■ REQUIRED ACTION ■
Look through the entries below and report every line that has "with".

■ MATERIAL SUPPLIED ■
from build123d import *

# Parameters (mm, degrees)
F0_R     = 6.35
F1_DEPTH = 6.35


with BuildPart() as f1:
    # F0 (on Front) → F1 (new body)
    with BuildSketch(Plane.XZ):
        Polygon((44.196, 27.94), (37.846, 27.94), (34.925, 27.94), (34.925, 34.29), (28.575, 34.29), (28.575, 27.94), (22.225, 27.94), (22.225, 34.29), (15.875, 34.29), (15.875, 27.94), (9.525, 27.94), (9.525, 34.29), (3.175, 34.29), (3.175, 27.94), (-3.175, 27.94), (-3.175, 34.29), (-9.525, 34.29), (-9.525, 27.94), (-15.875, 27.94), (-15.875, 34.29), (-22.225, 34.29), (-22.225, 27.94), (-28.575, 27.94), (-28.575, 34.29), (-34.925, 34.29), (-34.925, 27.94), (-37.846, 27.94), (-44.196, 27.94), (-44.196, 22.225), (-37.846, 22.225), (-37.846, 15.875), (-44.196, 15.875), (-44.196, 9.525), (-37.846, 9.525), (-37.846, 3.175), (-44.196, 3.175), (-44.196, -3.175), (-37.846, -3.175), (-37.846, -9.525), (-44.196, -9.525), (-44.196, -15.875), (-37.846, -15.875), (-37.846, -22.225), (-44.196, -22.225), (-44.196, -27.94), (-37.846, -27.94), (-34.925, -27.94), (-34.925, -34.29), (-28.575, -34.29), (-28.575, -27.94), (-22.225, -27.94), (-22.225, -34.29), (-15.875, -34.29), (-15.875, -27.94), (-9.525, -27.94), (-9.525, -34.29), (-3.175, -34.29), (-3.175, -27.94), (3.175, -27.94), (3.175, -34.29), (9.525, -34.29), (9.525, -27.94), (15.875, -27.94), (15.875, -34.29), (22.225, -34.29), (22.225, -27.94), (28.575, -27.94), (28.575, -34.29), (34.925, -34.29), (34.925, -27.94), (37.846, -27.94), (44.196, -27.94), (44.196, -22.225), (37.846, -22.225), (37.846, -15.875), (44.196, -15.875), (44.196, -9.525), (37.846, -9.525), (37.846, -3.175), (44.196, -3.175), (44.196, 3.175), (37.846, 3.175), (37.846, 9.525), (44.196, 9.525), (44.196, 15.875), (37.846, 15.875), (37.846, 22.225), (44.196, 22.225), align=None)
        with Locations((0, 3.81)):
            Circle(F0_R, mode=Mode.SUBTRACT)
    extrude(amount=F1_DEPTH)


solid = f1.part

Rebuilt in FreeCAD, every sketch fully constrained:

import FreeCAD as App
import Part
import Sketcher
Q = App.Units.Quantity

doc = App.newDocument("Part")
body = doc.addObject("PartDesign::Body", "Body")

# Sketch on XZ plane
sketch1 = body.newObject("Sketcher::SketchObject", "Sketch")
sketch1.AttachmentSupport = (doc.getObject("XZ_Plane"), [""])
sketch1.MapMode = "FlatFace"
sketch1.addGeometry([
    Part.LineSegment(App.Vector(44, 28, 0), App.Vector(35, 28, 0)),  # 0
    Part.LineSegment(App.Vector(35, 28, 0), App.Vector(35, 34, 0)),  # 1
    Part.LineSegment(App.Vector(35, 34, 0), App.Vector(29, 34, 0)),  # 2
    Part.LineSegment(App.Vector(29, 34, 0), App.Vector(29, 28, 0)),  # 3
    Part.LineSegment(App.Vector(29, 28, 0), App.Vector(22, 28, 0)),  # 4
    Part.LineSegment(App.Vector(22, 28, 0), App.Vector(22, 34, 0)),  # 5
    Part.LineSegment(App.Vector(22, 34, 0), App.Vector(16, 34, 0)),  # 6
    Part.LineSegment(App.Vector(16, 34, 0), App.Vector(16, 28, 0)),  # 7
    Part.LineSegment(App.Vector(16, 28, 0), App.Vector(10, 28, 0)),  # 8
    Part.LineSegment(App.Vector(10, 28, 0), App.Vector(10, 34, 0)),  # 9
    Part.LineSegment(App.Vector(10, 34, 0), App.Vector(3, 34, 0)),  # 10
    Part.LineSegment(App.Vector(3, 34, 0), App.Vector(3, 28, 0)),  # 11
    Part.LineSegment(App.Vector(3, 28, 0), App.Vector(-3, 28, 0)),  # 12
    Part.LineSegment(App.Vector(-3, 28, 0), App.Vector(-3, 34, 0)),  # 13
    Part.LineSegment(App.Vector(-3, 34, 0), App.Vector(-10, 34, 0)),  # 14
    Part.LineSegment(App.Vector(-10, 34, 0), App.Vector(-10, 28, 0)),  # 15
    Part.LineSegment(App.Vector(-10, 28, 0), App.Vector(-16, 28, 0)),  # 16
    Part.LineSegment(App.Vector(-16, 28, 0), App.Vector(-16, 34, 0)),  # 17
    Part.LineSegment(App.Vector(-16, 34, 0), App.Vector(-22, 34, 0)),  # 18
    Part.LineSegment(App.Vector(-22, 34, 0), App.Vector(-22, 28, 0)),  # 19
    Part.LineSegment(App.Vector(-22, 28, 0), App.Vector(-29, 28, 0)),  # 20
    Part.LineSegment(App.Vector(-29, 28, 0), App.Vector(-29, 34, 0)),  # 21
    Part.LineSegment(App.Vector(-29, 34, 0), App.Vector(-35, 34, 0)),  # 22
    Part.LineSegment(App.Vector(-35, 34, 0), App.Vector(-35, 28, 0)),  # 23
    Part.LineSegment(App.Vector(-35, 28, 0), App.Vector(-44, 28, 0)),  # 24
    Part.LineSegment(App.Vector(-44, 28, 0), App.Vector(-44, 22, 0)),  # 25
    Part.LineSegment(App.Vector(-44, 22, 0), App.Vector(-38, 22, 0)),  # 26
    Part.LineSegment(App.Vector(-38, 22, 0), App.Vector(-38, 16, 0)),  # 27
    Part.LineSegment(App.Vector(-38, 16, 0), App.Vector(-44, 16, 0)),  # 28
    Part.LineSegment(App.Vector(-44, 16, 0), App.Vector(-44, 10, 0)),  # 29
    Part.LineSegment(App.Vector(-44, 10, 0), App.Vector(-38, 10, 0)),  # 30
    Part.LineSegment(App.Vector(-38, 10, 0), App.Vector(-38, 3, 0)),  # 31
    Part.LineSegment(App.Vector(-38, 3, 0), App.Vector(-44, 3, 0)),  # 32
    Part.LineSegment(App.Vector(-44, 3, 0), App.Vector(-44, -3, 0)),  # 33
    Part.LineSegment(App.Vector(-44, -3, 0), App.Vector(-38, -3, 0)),  # 34
    Part.LineSegment(App.Vector(-38, -3, 0), App.Vector(-38, -10, 0)),  # 35
    Part.LineSegment(App.Vector(-38, -10, 0), App.Vector(-44, -10, 0)),  # 36
    Part.LineSegment(App.Vector(-44, -10, 0), App.Vector(-44, -16, 0)),  # 37
    Part.LineSegment(App.Vector(-44, -16, 0), App.Vector(-38, -16, 0)),  # 38
    Part.LineSegment(App.Vector(-38, -16, 0), App.Vector(-38, -22, 0)),  # 39
    Part.LineSegment(App.Vector(-38, -22, 0), App.Vector(-44, -22, 0)),  # 40
    Part.LineSegment(App.Vector(-44, -22, 0), App.Vector(-44, -28, 0)),  # 41
    Part.LineSegment(App.Vector(-44, -28, 0), App.Vector(-35, -28, 0)),  # 42
    Part.LineSegment(App.Vector(-35, -28, 0), App.Vector(-35, -34, 0)),  # 43
    Part.LineSegment(App.Vector(-35, -34, 0), App.Vector(-29, -34, 0)),  # 44
    Part.LineSegment(App.Vector(-29, -34, 0), App.Vector(-29, -28, 0)),  # 45
    Part.LineSegment(App.Vector(-29, -28, 0), App.Vector(-22, -28, 0)),  # 46
    Part.LineSegment(App.Vector(-22, -28, 0), App.Vector(-22, -34, 0)),  # 47
    Part.LineSegment(App.Vector(-22, -34, 0), App.Vector(-16, -34, 0)),  # 48
    Part.LineSegment(App.Vector(-16, -34, 0), App.Vector(-16, -28, 0)),  # 49
    Part.LineSegment(App.Vector(-16, -28, 0), App.Vector(-10, -28, 0)),  # 50
    Part.LineSegment(App.Vector(-10, -28, 0), App.Vector(-10, -34, 0)),  # 51
    Part.LineSegment(App.Vector(-10, -34, 0), App.Vector(-3, -34, 0)),  # 52
    Part.LineSegment(App.Vector(-3, -34, 0), App.Vector(-3, -28, 0)),  # 53
    Part.LineSegment(App.Vector(-3, -28, 0), App.Vector(3, -28, 0)),  # 54
    Part.LineSegment(App.Vector(3, -28, 0), App.Vector(3, -34, 0)),  # 55
    Part.LineSegment(App.Vector(3, -34, 0), App.Vector(10, -34, 0)),  # 56
    Part.LineSegment(App.Vector(10, -34, 0), App.Vector(10, -28, 0)),  # 57
    Part.LineSegment(App.Vector(10, -28, 0), App.Vector(16, -28, 0)),  # 58
    Part.LineSegment(App.Vector(16, -28, 0), App.Vector(16, -34, 0)),  # 59
    Part.LineSegment(App.Vector(16, -34, 0), App.Vector(22, -34, 0)),  # 60
    Part.LineSegment(App.Vector(22, -34, 0), App.Vector(22, -28, 0)),  # 61
    Part.LineSegment(App.Vector(22, -28, 0), App.Vector(29, -28, 0)),  # 62
    Part.LineSegment(App.Vector(29, -28, 0), App.Vector(29, -34, 0)),  # 63
    Part.LineSegment(App.Vector(29, -34, 0), App.Vector(35, -34, 0)),  # 64
    Part.LineSegment(App.Vector(35, -34, 0), App.Vector(35, -28, 0)),  # 65
    Part.LineSegment(App.Vector(35, -28, 0), App.Vector(44, -28, 0)),  # 66
    Part.LineSegment(App.Vector(44, -28, 0), App.Vector(44, -22, 0)),  # 67
    Part.LineSegment(App.Vector(44, -22, 0), App.Vector(38, -22, 0)),  # 68
    Part.LineSegment(App.Vector(38, -22, 0), App.Vector(38, -16, 0)),  # 69
    Part.LineSegment(App.Vector(38, -16, 0), App.Vector(44, -16, 0)),  # 70
    Part.LineSegment(App.Vector(44, -16, 0), App.Vector(44, -10, 0)),  # 71
    Part.LineSegment(App.Vector(44, -10, 0), App.Vector(38, -10, 0)),  # 72
    Part.LineSegment(App.Vector(38, -10, 0), App.Vector(38, -3, 0)),  # 73
    Part.LineSegment(App.Vector(38, -3, 0), App.Vector(44, -3, 0)),  # 74
    Part.LineSegment(App.Vector(44, -3, 0), App.Vector(44, 3, 0)),  # 75
    Part.LineSegment(App.Vector(44, 3, 0), App.Vector(38, 3, 0)),  # 76
    Part.LineSegment(App.Vector(38, 3, 0), App.Vector(38, 10, 0)),  # 77
    Part.LineSegment(App.Vector(38, 10, 0), App.Vector(44, 10, 0)),  # 78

■ COMPLETED EXERCISE ■
with BuildPart() as f1:
    with BuildSketch(Plane.XZ):
        with Locations((0, 3.81)):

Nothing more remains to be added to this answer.